Albert Einstein said the most incomprehensible thing about the universe is that it is comprehensible. For UVic astrophysicist, Dr. Arif Babul, the universe is becoming more comprehensible each day. In fact, he believes astronomers are on the brink of explaining the origin of the universe.
"Since the beginning of human civilization we have been wondering how the universe came into being, how life evolvedÉhow it all came together," says Babul. "We are living on the threshold of being able to answer those questions. It's a euphoric feeling."
Babul researches how our universe evolved from an extremely smooth state into a rich network of galaxies.
In recent years, astronomers have been using more and more powerful tools to observe the universe. The Hubble Space Telescope captures light that has traveled across the universe for billions of years, revealing clues about the early formation of galaxies, stars and planets. The deeper into space astronomers probe, the closer they get to the point of origin--the "big bang."
Babul uses such observations to help build theories of how the universe evolved and tests them with computer-based numerical simulations.
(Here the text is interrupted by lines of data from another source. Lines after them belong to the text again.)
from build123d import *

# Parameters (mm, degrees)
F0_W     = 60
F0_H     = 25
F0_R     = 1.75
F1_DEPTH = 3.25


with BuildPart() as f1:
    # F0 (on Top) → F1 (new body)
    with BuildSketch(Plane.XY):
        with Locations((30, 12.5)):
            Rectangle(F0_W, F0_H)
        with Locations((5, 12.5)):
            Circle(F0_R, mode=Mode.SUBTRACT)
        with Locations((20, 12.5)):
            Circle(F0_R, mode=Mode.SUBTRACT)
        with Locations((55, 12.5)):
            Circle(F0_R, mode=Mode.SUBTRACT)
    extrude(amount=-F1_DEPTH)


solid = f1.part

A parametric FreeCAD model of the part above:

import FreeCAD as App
import Part
import Sketcher
from FreeCAD import Vector


def add_polygon(sketch, points):
    """Adds a closed chain of lines whose ends are joined by coincident constraints."""
    first, n = sketch.GeometryCount, len(points)
    for a, b in zip(points, points[1:] + points[:1]):
        sketch.addGeometry(Part.LineSegment(App.Vector(*a, 0), App.Vector(*b, 0)), False)
    for i in range(n):
        sketch.addConstraint(Sketcher.Constraint("Coincident", first + i, 2, first + (i + 1) % n, 1))

doc = App.newDocument("Part")
body = doc.addObject("PartDesign::Body", "Body")

# Sketch on XY plane
sketch1 = doc.addObject("Sketcher::SketchObject", "Sketch")
body.addObject(sketch1)
sketch1.AttachmentSupport = (doc.XY_Plane, [""])
sketch1.MapMode = "FlatFace"
add_polygon(sketch1, [(0, 25), (0, 0), (60, 0), (60, 25)])  # lines 0-3
sketch1.addGeometry(Part.Circle(Vector(5, 12.5, 0), Vector(0, 0, 1), 1.8), False)  # 4
sketch1.addGeometry(Part.Circle(Vector(20, 12.5, 0), Vector(0, 0, 1), 1.8), False)  # 5
sketch1.addGeometry(Part.Circle(Vector(55, 12.5, 0), Vector(0, 0, 1), 1.8), False)  # 6
sketch1.addConstraint(Sketcher.Constraint("Vertical", 0))
sketch1.addConstraint(Sketcher.Constraint("Horizontal", 1))
sketch1.addConstraint(Sketcher.Constraint("Vertical", 2))
sketch1.addConstraint(Sketcher.Constraint("Horizontal", 3))
sketch1.addConstraint(Sketcher.Constraint("Coincident", 0, 2, -1, 1))
sketch1.addConstraint(Sketcher.Constraint("Equal", 4, 5))
sketch1.addConstraint(Sketcher.Constraint("Equal", 5, 6))
sketch1.addConstraint(Sketcher.Constraint("Horizontal", 4, 3, 5, 3))
sketch1.addConstraint(Sketcher.Constraint("Horizontal", 5, 3, 6, 3))
sketch1.addConstraint(Sketcher.Constraint("Diameter", 4, 3.5))
sketch1.addConstraint(Sketcher.Constraint("DistanceX", 1, 1, 1, 2, 60.0))
sketch1.addConstraint(Sketcher.Constraint("DistanceY", 0, 2, 0, 1, 25.0))
sketch1.addConstraint(Sketcher.Constraint("DistanceX", -1, 1, 4, 3, 5.0))
sketch1.addConstraint(Sketcher.Constraint("DistanceX", -1, 1, 5, 3, 20.0))
sketch1.addConstraint(Sketcher.Constraint("DistanceX", -1, 1, 6, 3, 55.0))
sketch1.addConstraint(Sketcher.Constraint("DistanceY", -1, 1, 4, 3, 12.5))
pad1 = doc.addObject("PartDesign::Pad", "Pad")
body.addObject(pad1)
pad1.Profile = sketch1
pad1.Length = 3.25
pad1.Reversed = True

doc.recompute()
Current theories suggest that the observed structures started out as tiny ripples that grew larger with time.
"Although the big picture is quite compelling, the details are not yet fully understood. If you use computer simulations to build a galaxy like our own Milky Way, current theories suggest there ought to be 1,000 satellite galaxies swirling around it," says Babul. "But when we look we barely see 10. Understanding the details of galaxy formation is the next frontier."
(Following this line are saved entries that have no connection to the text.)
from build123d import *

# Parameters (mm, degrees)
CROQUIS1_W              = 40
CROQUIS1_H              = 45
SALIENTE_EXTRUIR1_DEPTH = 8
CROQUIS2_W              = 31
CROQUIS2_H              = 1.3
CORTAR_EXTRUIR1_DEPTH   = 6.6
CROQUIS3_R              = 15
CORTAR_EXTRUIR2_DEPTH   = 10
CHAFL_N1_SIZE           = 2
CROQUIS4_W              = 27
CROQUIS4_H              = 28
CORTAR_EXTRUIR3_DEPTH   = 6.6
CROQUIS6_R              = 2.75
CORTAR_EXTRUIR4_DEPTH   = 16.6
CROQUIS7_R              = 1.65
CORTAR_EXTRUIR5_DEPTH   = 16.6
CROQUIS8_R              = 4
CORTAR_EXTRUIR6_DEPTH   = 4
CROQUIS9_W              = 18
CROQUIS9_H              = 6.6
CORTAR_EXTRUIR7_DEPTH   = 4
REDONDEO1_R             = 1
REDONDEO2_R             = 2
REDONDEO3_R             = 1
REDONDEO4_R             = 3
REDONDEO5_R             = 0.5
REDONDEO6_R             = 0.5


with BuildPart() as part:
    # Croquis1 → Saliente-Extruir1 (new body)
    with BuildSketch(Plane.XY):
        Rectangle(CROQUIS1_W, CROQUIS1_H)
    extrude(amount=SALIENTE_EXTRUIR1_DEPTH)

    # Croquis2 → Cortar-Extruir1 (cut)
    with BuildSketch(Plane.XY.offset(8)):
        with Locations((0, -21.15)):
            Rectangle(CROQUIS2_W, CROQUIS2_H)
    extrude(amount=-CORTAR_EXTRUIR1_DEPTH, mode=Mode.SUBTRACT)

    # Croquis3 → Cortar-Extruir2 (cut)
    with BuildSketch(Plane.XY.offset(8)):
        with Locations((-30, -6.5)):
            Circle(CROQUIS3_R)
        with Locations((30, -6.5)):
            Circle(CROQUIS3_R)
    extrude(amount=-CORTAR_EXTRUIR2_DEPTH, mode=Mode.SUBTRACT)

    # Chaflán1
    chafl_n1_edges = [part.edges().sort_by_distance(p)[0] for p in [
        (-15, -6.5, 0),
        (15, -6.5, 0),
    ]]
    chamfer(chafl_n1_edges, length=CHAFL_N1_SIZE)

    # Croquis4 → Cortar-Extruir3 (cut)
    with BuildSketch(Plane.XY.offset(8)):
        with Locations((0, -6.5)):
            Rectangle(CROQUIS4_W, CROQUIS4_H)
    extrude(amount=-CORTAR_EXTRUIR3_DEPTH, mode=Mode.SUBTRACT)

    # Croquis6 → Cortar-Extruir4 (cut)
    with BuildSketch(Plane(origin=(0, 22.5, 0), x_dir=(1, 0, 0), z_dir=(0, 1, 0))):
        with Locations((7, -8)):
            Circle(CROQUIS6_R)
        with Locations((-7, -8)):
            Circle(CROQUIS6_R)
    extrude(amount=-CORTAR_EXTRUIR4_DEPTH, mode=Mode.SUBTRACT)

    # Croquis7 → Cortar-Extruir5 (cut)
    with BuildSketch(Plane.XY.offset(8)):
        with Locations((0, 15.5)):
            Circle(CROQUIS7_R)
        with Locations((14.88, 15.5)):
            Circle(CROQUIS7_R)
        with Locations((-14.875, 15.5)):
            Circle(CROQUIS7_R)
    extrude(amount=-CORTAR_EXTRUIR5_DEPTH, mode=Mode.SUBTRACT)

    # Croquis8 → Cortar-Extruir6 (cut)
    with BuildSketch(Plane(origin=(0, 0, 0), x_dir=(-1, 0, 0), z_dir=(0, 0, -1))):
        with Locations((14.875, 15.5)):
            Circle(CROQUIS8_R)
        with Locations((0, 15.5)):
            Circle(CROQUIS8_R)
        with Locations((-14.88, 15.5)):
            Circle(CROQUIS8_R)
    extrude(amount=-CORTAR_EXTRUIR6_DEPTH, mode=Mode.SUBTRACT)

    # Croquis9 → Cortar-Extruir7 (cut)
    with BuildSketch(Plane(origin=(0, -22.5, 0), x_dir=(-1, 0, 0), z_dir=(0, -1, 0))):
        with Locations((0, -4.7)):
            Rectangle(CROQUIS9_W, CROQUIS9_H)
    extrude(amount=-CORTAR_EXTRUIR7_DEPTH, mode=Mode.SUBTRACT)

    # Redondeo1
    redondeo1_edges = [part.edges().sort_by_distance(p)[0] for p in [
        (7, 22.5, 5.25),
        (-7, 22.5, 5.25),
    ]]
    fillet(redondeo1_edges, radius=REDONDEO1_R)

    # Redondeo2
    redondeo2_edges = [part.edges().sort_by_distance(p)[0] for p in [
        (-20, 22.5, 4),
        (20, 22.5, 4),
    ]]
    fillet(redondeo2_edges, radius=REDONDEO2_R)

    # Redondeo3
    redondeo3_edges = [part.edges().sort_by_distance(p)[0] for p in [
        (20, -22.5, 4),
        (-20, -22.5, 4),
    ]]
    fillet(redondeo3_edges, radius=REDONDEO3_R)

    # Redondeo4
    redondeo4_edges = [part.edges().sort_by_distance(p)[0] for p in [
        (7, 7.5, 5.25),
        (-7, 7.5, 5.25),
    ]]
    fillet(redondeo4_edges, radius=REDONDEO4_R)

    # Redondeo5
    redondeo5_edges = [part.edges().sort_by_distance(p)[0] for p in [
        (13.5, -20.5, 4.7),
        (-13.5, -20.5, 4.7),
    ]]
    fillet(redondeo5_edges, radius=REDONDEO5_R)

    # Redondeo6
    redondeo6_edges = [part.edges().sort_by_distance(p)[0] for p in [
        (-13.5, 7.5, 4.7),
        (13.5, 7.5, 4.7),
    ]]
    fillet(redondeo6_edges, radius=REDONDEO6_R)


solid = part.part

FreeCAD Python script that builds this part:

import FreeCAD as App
import Part
import Sketcher
from FreeCAD import Vector


def edges_at(feature, points):
    """Names of the edges that pass closest to the given points."""
    edges = feature.Shape.Edges
    near = lambda p: min(range(len(edges)), key=lambda i: edges[i].distToShape(Part.Vertex(*p))[0])
    return sorted({f"Edge{near(p) + 1}" for p in points})

doc = App.newDocument("Part")
body = doc.addObject("PartDesign::Body", "Body")

# Sketch on XY plane
sketch1 = body.newObject("Sketcher::SketchObject", "Sketch")
sketch1.AttachmentSupport = (doc.getObject("XY_Plane"), [""])
sketch1.MapMode = "FlatFace"
sketch1.addGeometry([
    Part.LineSegment(Vector(-20, 22, 0), Vector(-20, -22, 0)),
    Part.LineSegment(Vector(-20, -22, 0), Vector(20, -22, 0)),
    Part.LineSegment(Vector(20, -22, 0), Vector(20, 22, 0)),
    Part.LineSegment(Vector(20, 22, 0), Vector(-20, 22, 0)),
], False)
sketch1.addConstraint([
    Sketcher.Constraint("Coincident", 0, 2, 1, 1),
    Sketcher.Constraint("Coincident", 1, 2, 2, 1),
    Sketcher.Constraint("Coincident", 2, 2, 3, 1),
    Sketcher.Constraint("Coincident", 3, 2, 0, 1),
    Sketcher.Constraint("Vertical", 0),
    Sketcher.Constraint("Horizontal", 1),
    Sketcher.Constraint("Vertical", 2),
    Sketcher.Constraint("Horizontal", 3),
    Sketcher.Constraint("Symmetric", 0, 2, 2, 2, -1, 1),
    Sketcher.Constraint("DistanceX", 1, 1, 1, 2, 40.0),
    Sketcher.Constraint("DistanceY", 0, 2, 0, 1, 45.0),
])
pad1 = body.newObject("PartDesign::Pad", "Pad")
pad1.Profile = sketch1
pad1.Length = 8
Babul, who was raised in Toronto and earned his PhD in astrophysics at Princeton University, also studies the formation of galaxy clusters--massive swarms of as many as 1,000 galaxies that also emit copious X-rays.
A large portion of his research funding comes from the Natural Sciences and Engineering Research Council of Canada and he notes his science has broad benefits
."Astronomers are constantly innovating and pushing the 'high-tech' envelope. The resulting products--ultra-sensitive detectors, advanced data-mining tools or highly sophisticated simulation software--find other practical applications that generate tremendous economic returns."